Only the lines below from the one containing "e67 v49 v50 LINE" to the one containing "e77 v48 v55 LINE" should be repeated, both included and unchanged.

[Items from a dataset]
-------------------------

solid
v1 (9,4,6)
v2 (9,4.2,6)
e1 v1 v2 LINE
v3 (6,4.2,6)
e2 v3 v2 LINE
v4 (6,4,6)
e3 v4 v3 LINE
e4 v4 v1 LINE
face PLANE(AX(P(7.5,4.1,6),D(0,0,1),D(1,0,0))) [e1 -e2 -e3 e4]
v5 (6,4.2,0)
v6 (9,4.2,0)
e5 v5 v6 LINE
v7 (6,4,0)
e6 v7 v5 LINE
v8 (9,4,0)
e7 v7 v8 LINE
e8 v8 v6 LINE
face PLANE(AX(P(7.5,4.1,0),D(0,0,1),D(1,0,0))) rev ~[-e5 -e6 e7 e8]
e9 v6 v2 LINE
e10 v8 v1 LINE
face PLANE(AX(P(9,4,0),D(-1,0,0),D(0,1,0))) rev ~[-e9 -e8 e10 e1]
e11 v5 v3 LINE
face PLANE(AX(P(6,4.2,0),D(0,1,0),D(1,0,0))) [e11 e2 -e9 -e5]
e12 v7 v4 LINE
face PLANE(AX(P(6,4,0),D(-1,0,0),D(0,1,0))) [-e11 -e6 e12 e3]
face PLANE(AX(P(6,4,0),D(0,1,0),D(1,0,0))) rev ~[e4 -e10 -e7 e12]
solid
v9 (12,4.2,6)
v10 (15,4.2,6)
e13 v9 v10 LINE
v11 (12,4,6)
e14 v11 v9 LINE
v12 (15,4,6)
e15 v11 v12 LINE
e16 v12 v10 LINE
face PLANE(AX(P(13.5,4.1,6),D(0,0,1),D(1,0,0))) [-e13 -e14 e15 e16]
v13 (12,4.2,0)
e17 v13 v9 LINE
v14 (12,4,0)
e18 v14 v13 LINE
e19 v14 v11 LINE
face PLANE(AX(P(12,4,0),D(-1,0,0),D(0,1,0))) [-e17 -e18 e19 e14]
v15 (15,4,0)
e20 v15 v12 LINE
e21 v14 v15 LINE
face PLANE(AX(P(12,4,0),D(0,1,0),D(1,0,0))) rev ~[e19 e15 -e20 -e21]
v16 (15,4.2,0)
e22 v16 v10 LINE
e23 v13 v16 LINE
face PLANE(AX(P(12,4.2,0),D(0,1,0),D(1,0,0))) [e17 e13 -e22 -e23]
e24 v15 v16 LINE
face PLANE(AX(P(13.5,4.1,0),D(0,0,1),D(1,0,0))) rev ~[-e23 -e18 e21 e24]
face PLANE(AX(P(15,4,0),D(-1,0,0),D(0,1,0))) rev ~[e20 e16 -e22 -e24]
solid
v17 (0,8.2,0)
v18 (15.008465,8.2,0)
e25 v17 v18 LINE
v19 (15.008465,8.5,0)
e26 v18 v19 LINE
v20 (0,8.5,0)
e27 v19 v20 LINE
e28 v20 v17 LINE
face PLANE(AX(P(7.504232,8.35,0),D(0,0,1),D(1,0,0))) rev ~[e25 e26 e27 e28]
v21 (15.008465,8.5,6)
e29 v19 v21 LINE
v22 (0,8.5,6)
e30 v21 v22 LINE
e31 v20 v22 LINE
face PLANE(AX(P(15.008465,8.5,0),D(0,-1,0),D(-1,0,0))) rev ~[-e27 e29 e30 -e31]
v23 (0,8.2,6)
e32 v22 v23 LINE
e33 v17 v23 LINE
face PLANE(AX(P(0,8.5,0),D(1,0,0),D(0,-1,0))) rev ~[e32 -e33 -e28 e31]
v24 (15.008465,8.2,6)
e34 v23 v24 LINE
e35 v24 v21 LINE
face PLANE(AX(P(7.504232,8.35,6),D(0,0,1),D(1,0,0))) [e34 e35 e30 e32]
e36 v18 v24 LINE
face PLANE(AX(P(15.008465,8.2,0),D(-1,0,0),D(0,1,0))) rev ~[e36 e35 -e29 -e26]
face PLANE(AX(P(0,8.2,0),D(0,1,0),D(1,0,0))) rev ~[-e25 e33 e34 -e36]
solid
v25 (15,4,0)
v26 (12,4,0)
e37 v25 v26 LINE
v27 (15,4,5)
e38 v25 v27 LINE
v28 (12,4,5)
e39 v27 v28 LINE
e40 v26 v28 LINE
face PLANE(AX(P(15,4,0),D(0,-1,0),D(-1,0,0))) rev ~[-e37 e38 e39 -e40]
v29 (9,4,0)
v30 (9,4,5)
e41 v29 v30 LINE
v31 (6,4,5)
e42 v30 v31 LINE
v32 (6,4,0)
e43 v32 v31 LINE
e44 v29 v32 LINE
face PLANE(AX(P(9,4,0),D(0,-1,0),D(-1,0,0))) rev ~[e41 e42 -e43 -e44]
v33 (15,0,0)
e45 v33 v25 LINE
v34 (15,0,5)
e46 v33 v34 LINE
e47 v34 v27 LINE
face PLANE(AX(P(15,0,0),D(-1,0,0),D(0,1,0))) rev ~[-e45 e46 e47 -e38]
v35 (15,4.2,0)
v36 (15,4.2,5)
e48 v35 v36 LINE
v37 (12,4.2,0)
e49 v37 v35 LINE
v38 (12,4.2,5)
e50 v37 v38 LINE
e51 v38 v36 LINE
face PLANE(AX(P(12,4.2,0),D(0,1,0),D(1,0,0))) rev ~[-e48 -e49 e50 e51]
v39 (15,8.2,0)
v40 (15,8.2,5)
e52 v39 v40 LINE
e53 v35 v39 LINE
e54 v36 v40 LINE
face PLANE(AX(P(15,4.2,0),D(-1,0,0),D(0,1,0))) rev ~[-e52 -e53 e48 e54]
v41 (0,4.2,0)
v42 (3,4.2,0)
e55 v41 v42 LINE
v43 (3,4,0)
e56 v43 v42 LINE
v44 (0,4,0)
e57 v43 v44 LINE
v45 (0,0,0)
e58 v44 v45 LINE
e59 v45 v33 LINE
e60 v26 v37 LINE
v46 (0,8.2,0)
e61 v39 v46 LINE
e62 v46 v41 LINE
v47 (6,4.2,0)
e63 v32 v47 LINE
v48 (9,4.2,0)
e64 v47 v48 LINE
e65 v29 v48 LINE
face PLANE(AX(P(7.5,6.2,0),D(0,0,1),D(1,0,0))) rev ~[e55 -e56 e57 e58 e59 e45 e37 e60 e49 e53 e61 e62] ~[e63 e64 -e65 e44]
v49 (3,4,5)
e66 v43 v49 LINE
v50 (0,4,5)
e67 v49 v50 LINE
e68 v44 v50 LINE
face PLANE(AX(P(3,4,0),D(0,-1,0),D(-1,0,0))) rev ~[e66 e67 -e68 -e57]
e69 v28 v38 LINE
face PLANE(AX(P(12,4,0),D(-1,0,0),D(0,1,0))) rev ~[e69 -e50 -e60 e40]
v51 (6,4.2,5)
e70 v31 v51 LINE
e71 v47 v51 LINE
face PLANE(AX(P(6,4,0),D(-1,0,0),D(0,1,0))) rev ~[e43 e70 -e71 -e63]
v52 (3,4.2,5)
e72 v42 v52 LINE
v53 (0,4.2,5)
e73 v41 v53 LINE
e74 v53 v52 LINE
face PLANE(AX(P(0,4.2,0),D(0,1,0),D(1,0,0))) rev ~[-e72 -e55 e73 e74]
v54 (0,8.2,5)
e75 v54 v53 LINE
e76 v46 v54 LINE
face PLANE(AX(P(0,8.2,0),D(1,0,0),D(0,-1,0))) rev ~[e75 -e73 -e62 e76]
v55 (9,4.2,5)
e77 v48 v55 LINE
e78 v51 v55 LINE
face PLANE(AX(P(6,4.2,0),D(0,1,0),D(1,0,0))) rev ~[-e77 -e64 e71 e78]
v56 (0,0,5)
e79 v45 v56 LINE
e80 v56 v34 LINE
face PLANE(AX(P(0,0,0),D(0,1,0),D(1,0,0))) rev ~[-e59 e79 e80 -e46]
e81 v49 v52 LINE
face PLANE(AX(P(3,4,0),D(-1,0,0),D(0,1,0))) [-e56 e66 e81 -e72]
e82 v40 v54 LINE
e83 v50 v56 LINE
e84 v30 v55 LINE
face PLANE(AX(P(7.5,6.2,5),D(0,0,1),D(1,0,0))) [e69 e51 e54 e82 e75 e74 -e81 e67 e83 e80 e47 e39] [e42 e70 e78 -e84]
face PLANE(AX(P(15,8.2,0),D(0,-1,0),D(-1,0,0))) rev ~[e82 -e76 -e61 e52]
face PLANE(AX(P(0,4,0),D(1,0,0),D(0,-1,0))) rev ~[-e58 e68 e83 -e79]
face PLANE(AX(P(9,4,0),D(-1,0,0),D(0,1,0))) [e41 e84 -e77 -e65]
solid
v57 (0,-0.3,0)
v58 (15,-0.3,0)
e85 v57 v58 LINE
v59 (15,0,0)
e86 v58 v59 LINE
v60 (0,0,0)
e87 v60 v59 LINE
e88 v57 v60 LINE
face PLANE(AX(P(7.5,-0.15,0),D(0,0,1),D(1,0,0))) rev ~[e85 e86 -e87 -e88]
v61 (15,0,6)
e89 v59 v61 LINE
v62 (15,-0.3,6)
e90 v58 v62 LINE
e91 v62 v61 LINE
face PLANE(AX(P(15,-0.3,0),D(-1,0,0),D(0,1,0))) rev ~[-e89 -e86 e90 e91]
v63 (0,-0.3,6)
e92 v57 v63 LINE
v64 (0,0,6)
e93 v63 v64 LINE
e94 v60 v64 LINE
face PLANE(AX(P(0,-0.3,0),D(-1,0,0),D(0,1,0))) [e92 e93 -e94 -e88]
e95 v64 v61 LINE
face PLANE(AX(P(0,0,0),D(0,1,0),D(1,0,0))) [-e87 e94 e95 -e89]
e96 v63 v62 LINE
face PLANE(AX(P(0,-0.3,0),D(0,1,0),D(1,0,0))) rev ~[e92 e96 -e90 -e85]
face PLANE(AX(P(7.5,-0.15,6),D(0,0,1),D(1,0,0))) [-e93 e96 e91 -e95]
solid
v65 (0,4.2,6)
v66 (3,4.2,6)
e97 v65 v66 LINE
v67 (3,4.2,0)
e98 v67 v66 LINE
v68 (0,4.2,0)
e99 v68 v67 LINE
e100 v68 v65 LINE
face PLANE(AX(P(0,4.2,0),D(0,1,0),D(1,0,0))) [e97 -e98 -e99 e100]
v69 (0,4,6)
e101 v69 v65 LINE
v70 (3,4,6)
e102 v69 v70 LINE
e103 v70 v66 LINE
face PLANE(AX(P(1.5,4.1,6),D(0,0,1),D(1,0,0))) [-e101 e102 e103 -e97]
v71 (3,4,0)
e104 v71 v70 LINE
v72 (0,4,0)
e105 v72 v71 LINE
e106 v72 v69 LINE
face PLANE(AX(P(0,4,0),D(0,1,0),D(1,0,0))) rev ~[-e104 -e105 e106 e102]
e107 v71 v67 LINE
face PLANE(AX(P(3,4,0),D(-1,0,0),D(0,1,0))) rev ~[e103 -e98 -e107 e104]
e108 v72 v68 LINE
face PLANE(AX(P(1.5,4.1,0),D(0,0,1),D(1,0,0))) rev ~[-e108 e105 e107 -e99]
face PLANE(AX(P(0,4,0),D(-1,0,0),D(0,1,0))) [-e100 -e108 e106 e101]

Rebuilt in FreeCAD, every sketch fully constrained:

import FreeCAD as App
import Part
import Sketcher
Q = App.Units.Quantity

doc = App.newDocument("Part")
body = doc.addObject("PartDesign::Body", "Body")

sketch1 = body.newObject("Sketcher::SketchObject", "Sketch")
sketch1.AttachmentSupport = (doc.getObject("XY_Plane"), [""])
sketch1.MapMode = "FlatFace"
sketch1.addGeometry([
    Part.LineSegment(App.Vector(0, 8.2, 0), App.Vector(0, 4.2, 0)),
    Part.LineSegment(App.Vector(0, 4.2, 0), App.Vector(3, 4.2, 0)),
    Part.LineSegment(App.Vector(3, 4.2, 0), App.Vector(3, 4, 0)),
    Part.LineSegment(App.Vector(3, 4, 0), App.Vector(0, 4, 0)),
    Part.LineSegment(App.Vector(0, 4, 0), App.Vector(0, 0, 0)),
    Part.LineSegment(App.Vector(0, 0, 0), App.Vector(15, 0, 0)),
    Part.LineSegment(App.Vector(15, 0, 0), App.Vector(15, 4, 0)),
    Part.LineSegment(App.Vector(15, 4, 0), App.Vector(12, 4, 0)),
    Part.LineSegment(App.Vector(12, 4, 0), App.Vector(12, 4.2, 0)),
    Part.LineSegment(App.Vector(12, 4.2, 0), App.Vector(15, 4.2, 0)),
    Part.LineSegment(App.Vector(15, 4.2, 0), App.Vector(15, 8.2, 0)),
    Part.LineSegment(App.Vector(15, 8.2, 0), App.Vector(0, 8.2, 0)),
    Part.LineSegment(App.Vector(9, 4, 0), App.Vector(6, 4, 0)),
    Part.LineSegment(App.Vector(6, 4, 0), App.Vector(6, 4.2, 0)),
    Part.LineSegment(App.Vector(6, 4.2, 0), App.Vector(9, 4.2, 0)),
    Part.LineSegment(App.Vector(9, 4.2, 0), App.Vector(9, 4, 0)),
], False)
sketch1.addConstraint([
    Sketcher.Constraint("Coincident", 0, 2, 1, 1),
    Sketcher.Constraint("Coincident", 1, 2, 2, 1),
    Sketcher.Constraint("Coincident", 2, 2, 3, 1),
    Sketcher.Constraint("Coincident", 3, 2, 4, 1),
    Sketcher.Constraint("Coincident", 4, 2, 5, 1),
    Sketcher.Constraint("Coincident", 5, 2, 6, 1),
    Sketcher.Constraint("Coincident", 6, 2, 7, 1),
    Sketcher.Constraint("Coincident", 7, 2, 8, 1),
    Sketcher.Constraint("Coincident", 8, 2, 9, 1),
    Sketcher.Constraint("Coincident", 9, 2, 10, 1),
    Sketcher.Constraint("Coincident", 10, 2, 11, 1),
    Sketcher.Constraint("Coincident", 11, 2, 0, 1),
    Sketcher.Constraint("Coincident", 12, 2, 13, 1),
    Sketcher.Constraint("Coincident", 13, 2, 14, 1),
    Sketcher.Constraint("Coincident", 14, 2, 15, 1),
    Sketcher.Constraint("Coincident", 15, 2, 12, 1),
    Sketcher.Constraint("Vertical", 0),
    Sketcher.Constraint("Horizontal", 1),
    Sketcher.Constraint("Vertical", 2),
    Sketcher.Constraint("Horizontal", 3),
    Sketcher.Constraint("Vertical", 4),
    Sketcher.Constraint("Horizontal", 5),
    Sketcher.Constraint("Vertical", 6),
    Sketcher.Constraint("Horizontal", 7),
    Sketcher.Constraint("Vertical", 8),
    Sketcher.Constraint("Horizontal", 9),
    Sketcher.Constraint("Vertical", 10),
    Sketcher.Constraint("Horizontal", 11),
    Sketcher.Constraint("Horizontal", 12),
    Sketcher.Constraint("Vertical", 13),
    Sketcher.Constraint("Horizontal", 14),
    Sketcher.Constraint("Vertical", 15),
    Sketcher.Constraint("Coincident", 4, 2, -1, 1),
    Sketcher.Constraint("PointOnObject", 0, 2, -2),
    Sketcher.Constraint("Horizontal", 3, 2, 6, 2),
    Sketcher.Constraint("Horizontal", 1, 2, 8, 2),
    Sketcher.Constraint("Horizontal", 7, 2, 12, 2),
    Sketcher.Constraint("Horizontal", 9, 2, 13, 2),
    Sketcher.Constraint("Vertical", 6, 2, 9, 2),
    Sketcher.Constraint("Equal", 3, 7),
    Sketcher.Constraint("Equal", 9, 12),
    Sketcher.Constraint("Equal", 0, 4),
    Sketcher.Constraint("DistanceX", 1, 1, 1, 2, Q("3 mm")),
    Sketcher.Constraint("DistanceX", 5, 1, 5, 2, Q("15 mm")),
    Sketcher.Constraint("DistanceY", 0, 2, 0, 1, Q("4 mm")),
    Sketcher.Constraint("DistanceY", 2, 2, 2, 1, Q("0.2 mm")),
    Sketcher.Constraint("DistanceX", -1, 1, 12, 2, Q("6 mm")),
])
pad1 = body.newObject("PartDesign::Pad", "Pad")
pad1.Profile = sketch1
pad1.Length = 5
body2 = doc.addObject("PartDesign::Body", "Body001")
body2.AllowCompound = True

sketch2 = body2.newObject("Sketcher::SketchObject", "Sketch001")
sketch2.AttachmentSupport = (doc.getObject("XY_Plane001"), [""])
sketch2.MapMode = "FlatFace"
sketch2.addGeometry([
    Part.LineSegment(App.Vector(0, 8.5, 0), App.Vector(0, 8.2, 0)),
    Part.LineSegment(App.Vector(0, 8.2, 0), App.Vector(15.01, 8.2, 0)),
    Part.LineSegment(App.Vector(15.01, 8.2, 0), App.Vector(15.01, 8.5, 0)),
    Part.LineSegment(App.Vector(15.01, 8.5, 0), App.Vector(0, 8.5, 0)),
    Part.LineSegment(App.Vector(0, 4.2, 0), App.Vector(0, 4, 0)),
    Part.LineSegment(App.Vector(0, 4, 0), App.Vector(3, 4, 0)),
    Part.LineSegment(App.Vector(3, 4, 0), App.Vector(3, 4.2, 0)),
    Part.LineSegment(App.Vector(3, 4.2, 0), App.Vector(0, 4.2, 0)),
    Part.LineSegment(App.Vector(6, 4.2, 0), App.Vector(6, 4, 0)),
    Part.LineSegment(App.Vector(6, 4, 0), App.Vector(9, 4, 0)),
    Part.LineSegment(App.Vector(9, 4, 0), App.Vector(9, 4.2, 0)),
    Part.LineSegment(App.Vector(9, 4.2, 0), App.Vector(6, 4.2, 0)),
    Part.LineSegment(App.Vector(12, 4.2, 0), App.Vector(12, 4, 0)),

-------------------------

Task response:
e67 v49 v50 LINE
e68 v44 v50 LINE
face PLANE(AX(P(3,4,0),D(0,-1,0),D(-1,0,0))) rev ~[e66 e67 -e68 -e57]
e69 v28 v38 LINE
face PLANE(AX(P(12,4,0),D(-1,0,0),D(0,1,0))) rev ~[e69 -e50 -e60 e40]
v51 (6,4.2,5)
e70 v31 v51 LINE
e71 v47 v51 LINE
face PLANE(AX(P(6,4,0),D(-1,0,0),D(0,1,0))) rev ~[e43 e70 -e71 -e63]
v52 (3,4.2,5)
e72 v42 v52 LINE
v53 (0,4.2,5)
e73 v41 v53 LINE
e74 v53 v52 LINE
face PLANE(AX(P(0,4.2,0),D(0,1,0),D(1,0,0))) rev ~[-e72 -e55 e73 e74]
v54 (0,8.2,5)
e75 v54 v53 LINE
e76 v46 v54 LINE
face PLANE(AX(P(0,8.2,0),D(1,0,0),D(0,-1,0))) rev ~[e75 -e73 -e62 e76]
v55 (9,4.2,5)
e77 v48 v55 LINE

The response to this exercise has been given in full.